(Collected data)

::::::

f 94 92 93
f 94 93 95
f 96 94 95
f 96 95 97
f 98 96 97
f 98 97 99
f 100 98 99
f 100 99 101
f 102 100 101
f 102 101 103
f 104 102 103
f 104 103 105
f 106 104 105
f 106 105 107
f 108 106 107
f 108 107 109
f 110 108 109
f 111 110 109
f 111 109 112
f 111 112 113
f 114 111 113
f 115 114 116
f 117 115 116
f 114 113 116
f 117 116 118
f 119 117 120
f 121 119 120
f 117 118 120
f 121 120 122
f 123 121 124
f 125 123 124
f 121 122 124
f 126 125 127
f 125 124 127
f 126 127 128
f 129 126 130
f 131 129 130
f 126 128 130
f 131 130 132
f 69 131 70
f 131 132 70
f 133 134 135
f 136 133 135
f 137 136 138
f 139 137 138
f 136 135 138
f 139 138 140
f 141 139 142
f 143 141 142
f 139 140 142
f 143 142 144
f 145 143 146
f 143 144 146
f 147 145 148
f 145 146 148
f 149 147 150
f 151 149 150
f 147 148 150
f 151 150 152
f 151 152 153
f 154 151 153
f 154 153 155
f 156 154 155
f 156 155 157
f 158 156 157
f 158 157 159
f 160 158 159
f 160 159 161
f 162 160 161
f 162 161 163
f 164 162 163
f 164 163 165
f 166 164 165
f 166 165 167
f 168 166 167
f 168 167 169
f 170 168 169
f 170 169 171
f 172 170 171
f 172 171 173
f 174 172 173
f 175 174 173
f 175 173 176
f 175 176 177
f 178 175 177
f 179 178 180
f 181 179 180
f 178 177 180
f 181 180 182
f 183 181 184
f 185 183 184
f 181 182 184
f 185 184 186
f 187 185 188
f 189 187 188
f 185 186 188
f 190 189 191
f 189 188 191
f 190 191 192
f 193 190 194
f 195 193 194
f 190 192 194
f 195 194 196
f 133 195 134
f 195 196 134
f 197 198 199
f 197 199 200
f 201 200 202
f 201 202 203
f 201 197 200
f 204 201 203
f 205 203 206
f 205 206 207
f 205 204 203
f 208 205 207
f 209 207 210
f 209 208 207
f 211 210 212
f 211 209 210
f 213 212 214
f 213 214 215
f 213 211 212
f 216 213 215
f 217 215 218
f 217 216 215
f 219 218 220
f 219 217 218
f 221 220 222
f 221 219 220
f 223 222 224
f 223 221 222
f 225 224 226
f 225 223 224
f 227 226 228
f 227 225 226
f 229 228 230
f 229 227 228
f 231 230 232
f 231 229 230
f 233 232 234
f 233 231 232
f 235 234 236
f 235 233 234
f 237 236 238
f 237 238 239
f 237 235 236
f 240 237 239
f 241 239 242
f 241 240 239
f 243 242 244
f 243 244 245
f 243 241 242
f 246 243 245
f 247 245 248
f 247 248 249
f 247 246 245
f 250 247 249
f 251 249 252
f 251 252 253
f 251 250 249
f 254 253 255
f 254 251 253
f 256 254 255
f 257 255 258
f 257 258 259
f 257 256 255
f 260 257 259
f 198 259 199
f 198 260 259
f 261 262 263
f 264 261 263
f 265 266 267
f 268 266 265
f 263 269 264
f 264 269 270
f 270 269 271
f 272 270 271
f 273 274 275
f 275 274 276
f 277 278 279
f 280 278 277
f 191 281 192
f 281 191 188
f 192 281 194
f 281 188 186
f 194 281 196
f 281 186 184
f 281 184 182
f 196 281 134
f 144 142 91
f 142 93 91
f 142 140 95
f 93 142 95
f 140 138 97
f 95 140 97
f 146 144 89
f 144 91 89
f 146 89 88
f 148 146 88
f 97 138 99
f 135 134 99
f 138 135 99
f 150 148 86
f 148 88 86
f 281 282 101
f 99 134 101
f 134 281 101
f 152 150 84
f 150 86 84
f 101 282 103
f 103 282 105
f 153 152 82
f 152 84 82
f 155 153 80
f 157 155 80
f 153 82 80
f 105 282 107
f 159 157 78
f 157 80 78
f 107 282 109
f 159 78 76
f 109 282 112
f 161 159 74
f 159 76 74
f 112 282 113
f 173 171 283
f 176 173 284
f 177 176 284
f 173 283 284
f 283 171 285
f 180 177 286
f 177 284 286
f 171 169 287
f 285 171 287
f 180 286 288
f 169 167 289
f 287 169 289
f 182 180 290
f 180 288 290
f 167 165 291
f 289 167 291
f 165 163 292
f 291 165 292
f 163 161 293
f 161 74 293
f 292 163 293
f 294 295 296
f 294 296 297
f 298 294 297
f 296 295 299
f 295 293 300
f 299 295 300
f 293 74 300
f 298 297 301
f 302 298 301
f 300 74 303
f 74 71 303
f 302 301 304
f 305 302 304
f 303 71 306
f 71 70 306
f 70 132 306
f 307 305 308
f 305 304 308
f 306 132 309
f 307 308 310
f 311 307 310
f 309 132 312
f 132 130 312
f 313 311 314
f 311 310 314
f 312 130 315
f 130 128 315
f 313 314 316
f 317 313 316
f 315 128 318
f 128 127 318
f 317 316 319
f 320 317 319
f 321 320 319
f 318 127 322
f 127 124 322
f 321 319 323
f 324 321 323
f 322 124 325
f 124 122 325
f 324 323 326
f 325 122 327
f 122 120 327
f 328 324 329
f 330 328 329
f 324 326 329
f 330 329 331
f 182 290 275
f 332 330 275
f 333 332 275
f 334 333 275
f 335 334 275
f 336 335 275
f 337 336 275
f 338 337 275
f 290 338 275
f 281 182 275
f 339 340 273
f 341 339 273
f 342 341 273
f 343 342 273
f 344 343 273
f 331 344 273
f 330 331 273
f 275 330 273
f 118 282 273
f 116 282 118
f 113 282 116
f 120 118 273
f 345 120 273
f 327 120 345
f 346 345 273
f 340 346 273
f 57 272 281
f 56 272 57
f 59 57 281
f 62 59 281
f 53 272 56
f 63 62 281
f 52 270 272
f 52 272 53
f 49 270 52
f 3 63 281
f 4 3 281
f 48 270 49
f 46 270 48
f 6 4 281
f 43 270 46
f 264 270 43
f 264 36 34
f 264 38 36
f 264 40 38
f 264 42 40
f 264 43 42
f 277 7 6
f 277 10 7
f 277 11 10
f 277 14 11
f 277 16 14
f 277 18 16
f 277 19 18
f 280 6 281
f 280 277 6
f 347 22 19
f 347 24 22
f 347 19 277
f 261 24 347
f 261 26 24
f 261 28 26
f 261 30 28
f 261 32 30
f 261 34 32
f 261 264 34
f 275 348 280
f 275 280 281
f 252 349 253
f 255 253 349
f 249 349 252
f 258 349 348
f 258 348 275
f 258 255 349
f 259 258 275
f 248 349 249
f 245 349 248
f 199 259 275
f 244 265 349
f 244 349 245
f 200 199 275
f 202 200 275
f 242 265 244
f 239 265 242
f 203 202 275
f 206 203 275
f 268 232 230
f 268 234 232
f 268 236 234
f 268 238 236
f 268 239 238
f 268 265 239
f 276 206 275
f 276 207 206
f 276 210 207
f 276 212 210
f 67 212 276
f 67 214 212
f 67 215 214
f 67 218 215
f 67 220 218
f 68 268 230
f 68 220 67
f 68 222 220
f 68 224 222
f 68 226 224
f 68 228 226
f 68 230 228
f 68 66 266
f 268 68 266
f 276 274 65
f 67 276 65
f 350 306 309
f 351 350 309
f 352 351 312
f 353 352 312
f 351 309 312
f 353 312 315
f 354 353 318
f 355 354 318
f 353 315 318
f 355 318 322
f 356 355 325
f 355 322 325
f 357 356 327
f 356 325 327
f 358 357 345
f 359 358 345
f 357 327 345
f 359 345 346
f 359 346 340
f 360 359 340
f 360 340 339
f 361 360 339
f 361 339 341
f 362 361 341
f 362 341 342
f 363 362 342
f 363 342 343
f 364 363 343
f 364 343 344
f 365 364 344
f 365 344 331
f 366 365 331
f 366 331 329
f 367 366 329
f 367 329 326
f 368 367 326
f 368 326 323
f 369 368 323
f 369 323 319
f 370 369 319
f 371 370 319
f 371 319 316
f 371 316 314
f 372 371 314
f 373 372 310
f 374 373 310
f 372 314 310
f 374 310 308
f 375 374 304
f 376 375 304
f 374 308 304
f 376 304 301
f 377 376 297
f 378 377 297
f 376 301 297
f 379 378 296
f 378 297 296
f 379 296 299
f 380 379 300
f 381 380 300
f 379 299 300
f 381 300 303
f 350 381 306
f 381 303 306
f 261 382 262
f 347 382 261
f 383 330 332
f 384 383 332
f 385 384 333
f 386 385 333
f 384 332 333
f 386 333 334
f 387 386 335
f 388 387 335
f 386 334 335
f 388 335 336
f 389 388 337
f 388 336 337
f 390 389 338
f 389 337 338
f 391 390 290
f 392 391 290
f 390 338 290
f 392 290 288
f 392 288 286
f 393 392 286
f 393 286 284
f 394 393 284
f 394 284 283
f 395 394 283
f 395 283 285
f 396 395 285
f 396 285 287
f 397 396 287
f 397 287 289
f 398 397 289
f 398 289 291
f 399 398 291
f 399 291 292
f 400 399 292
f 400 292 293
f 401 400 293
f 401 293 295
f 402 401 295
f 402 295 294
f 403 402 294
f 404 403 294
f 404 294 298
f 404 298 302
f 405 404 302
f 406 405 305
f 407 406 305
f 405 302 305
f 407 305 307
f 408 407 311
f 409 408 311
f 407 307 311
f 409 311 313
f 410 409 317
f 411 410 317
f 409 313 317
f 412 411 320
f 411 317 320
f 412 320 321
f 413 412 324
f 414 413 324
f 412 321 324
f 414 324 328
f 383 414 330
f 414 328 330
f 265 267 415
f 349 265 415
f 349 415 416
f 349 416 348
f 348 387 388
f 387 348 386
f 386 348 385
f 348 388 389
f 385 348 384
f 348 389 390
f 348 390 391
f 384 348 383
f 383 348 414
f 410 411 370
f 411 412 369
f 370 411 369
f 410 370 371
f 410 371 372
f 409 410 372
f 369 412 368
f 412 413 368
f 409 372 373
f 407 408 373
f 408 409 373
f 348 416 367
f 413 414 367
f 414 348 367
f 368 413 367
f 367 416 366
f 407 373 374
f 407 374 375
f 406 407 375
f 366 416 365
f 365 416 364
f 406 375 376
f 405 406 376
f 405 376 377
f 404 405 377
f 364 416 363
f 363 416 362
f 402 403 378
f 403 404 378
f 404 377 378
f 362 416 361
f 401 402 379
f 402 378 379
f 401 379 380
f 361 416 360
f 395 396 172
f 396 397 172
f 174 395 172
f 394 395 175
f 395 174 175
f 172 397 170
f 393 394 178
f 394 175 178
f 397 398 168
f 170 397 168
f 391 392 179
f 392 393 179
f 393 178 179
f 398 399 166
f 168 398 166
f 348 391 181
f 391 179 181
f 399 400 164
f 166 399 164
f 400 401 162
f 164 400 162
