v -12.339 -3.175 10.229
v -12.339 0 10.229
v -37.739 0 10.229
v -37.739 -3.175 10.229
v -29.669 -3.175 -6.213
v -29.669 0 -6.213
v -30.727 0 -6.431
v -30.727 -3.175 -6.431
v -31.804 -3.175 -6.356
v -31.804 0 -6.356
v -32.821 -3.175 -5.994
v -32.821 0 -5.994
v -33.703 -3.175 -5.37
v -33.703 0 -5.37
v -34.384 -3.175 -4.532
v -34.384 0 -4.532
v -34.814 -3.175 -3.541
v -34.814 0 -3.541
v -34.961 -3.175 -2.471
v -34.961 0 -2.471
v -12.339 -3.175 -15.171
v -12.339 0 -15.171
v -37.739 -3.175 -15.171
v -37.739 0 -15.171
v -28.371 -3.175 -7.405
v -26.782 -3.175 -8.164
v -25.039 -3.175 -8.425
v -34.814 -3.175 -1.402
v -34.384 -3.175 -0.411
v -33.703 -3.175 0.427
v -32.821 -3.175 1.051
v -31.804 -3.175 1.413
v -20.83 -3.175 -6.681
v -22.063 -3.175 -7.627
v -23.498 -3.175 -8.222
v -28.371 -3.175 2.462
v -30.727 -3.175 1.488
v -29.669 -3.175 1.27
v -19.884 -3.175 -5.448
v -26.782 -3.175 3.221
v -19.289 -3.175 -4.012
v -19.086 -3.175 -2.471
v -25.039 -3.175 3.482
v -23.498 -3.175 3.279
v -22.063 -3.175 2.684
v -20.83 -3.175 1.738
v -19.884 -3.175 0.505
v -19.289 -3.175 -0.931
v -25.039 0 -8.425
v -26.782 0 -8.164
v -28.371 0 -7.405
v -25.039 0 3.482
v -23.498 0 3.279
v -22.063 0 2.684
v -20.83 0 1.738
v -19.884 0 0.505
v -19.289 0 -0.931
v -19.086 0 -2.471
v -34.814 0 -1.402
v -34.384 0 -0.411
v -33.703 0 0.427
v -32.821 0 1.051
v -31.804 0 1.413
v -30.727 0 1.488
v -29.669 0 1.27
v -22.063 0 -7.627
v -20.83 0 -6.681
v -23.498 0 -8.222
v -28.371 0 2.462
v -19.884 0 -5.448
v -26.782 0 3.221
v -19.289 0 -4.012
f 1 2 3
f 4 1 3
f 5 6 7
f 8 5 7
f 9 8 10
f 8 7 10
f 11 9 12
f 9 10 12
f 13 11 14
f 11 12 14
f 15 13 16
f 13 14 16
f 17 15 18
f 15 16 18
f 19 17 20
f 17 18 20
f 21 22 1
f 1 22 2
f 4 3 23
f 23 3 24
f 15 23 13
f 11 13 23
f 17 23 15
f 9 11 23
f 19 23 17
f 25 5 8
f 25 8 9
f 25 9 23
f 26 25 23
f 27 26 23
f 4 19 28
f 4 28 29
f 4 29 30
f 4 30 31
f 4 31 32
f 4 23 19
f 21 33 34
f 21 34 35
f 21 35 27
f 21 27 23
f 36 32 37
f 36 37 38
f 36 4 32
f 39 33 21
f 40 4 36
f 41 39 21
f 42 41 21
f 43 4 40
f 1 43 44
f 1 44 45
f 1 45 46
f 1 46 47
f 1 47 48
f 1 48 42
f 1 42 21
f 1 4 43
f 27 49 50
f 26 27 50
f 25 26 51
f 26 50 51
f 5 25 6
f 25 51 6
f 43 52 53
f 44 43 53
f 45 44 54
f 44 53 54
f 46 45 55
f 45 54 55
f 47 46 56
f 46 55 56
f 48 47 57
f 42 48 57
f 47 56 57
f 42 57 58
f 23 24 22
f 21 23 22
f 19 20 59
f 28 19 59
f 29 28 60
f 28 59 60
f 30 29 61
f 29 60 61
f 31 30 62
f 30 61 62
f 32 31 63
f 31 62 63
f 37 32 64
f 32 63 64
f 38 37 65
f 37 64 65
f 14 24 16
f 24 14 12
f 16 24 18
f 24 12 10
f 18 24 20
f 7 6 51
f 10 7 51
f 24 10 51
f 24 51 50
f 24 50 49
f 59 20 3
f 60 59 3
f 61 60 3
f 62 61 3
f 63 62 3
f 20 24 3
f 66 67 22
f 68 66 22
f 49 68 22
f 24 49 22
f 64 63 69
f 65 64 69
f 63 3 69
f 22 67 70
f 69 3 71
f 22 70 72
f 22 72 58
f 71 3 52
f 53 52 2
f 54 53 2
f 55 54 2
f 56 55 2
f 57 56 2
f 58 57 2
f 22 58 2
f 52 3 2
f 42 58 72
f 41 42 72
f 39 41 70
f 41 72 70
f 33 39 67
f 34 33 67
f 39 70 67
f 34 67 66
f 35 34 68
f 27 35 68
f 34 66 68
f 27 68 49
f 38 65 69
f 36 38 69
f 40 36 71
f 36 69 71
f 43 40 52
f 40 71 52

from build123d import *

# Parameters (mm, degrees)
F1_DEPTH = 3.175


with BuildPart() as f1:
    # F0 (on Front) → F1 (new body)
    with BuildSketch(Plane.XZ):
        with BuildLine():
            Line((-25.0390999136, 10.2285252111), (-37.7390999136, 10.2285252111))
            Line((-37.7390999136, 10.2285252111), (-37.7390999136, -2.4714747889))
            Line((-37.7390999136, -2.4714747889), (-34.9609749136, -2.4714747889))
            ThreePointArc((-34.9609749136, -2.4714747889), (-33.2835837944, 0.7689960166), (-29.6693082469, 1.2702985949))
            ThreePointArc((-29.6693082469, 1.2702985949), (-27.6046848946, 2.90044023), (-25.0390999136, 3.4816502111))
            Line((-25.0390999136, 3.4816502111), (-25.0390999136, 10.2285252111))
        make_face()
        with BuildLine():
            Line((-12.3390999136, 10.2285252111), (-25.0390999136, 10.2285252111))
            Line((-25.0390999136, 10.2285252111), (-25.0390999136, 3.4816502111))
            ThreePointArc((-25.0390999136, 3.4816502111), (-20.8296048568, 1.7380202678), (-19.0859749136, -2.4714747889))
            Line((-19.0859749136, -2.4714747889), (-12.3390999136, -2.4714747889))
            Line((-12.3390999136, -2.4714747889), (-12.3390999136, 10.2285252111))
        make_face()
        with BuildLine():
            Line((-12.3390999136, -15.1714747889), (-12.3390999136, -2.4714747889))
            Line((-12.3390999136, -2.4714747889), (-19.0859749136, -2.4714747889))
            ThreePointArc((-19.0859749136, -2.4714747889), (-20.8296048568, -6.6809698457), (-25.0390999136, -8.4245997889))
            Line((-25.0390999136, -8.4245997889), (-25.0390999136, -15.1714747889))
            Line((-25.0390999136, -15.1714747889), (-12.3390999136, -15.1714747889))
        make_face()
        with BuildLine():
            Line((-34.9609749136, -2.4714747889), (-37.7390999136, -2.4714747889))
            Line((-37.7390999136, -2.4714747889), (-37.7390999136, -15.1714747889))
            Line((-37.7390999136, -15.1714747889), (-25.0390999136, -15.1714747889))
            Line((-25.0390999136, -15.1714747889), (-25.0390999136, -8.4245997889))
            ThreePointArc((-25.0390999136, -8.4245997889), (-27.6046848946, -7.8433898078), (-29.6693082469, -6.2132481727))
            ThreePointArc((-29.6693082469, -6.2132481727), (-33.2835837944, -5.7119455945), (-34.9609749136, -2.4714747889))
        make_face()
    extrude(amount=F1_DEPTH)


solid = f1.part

::::::

** WHAT YOU HAVE TO DO **
Scan the entries above for the line containing "f 369 323 319", and copy it and all lines after it exactly, down to and including the line containing "f 386 334 335".

** OUTPUT FOR THIS TASK **
f 369 323 319
f 370 369 319
f 371 370 319
f 371 319 316
f 371 316 314
f 372 371 314
f 373 372 310
f 374 373 310
f 372 314 310
f 374 310 308
f 375 374 304
f 376 375 304
f 374 308 304
f 376 304 301
f 377 376 297
f 378 377 297
f 376 301 297
f 379 378 296
f 378 297 296
f 379 296 299
f 380 379 300
f 381 380 300
f 379 299 300
f 381 300 303
f 350 381 306
f 381 303 306
f 261 382 262
f 347 382 261
f 383 330 332
f 384 383 332
f 385 384 333
f 386 385 333
f 384 332 333
f 386 333 334
f 387 386 335
f 388 387 335
f 386 334 335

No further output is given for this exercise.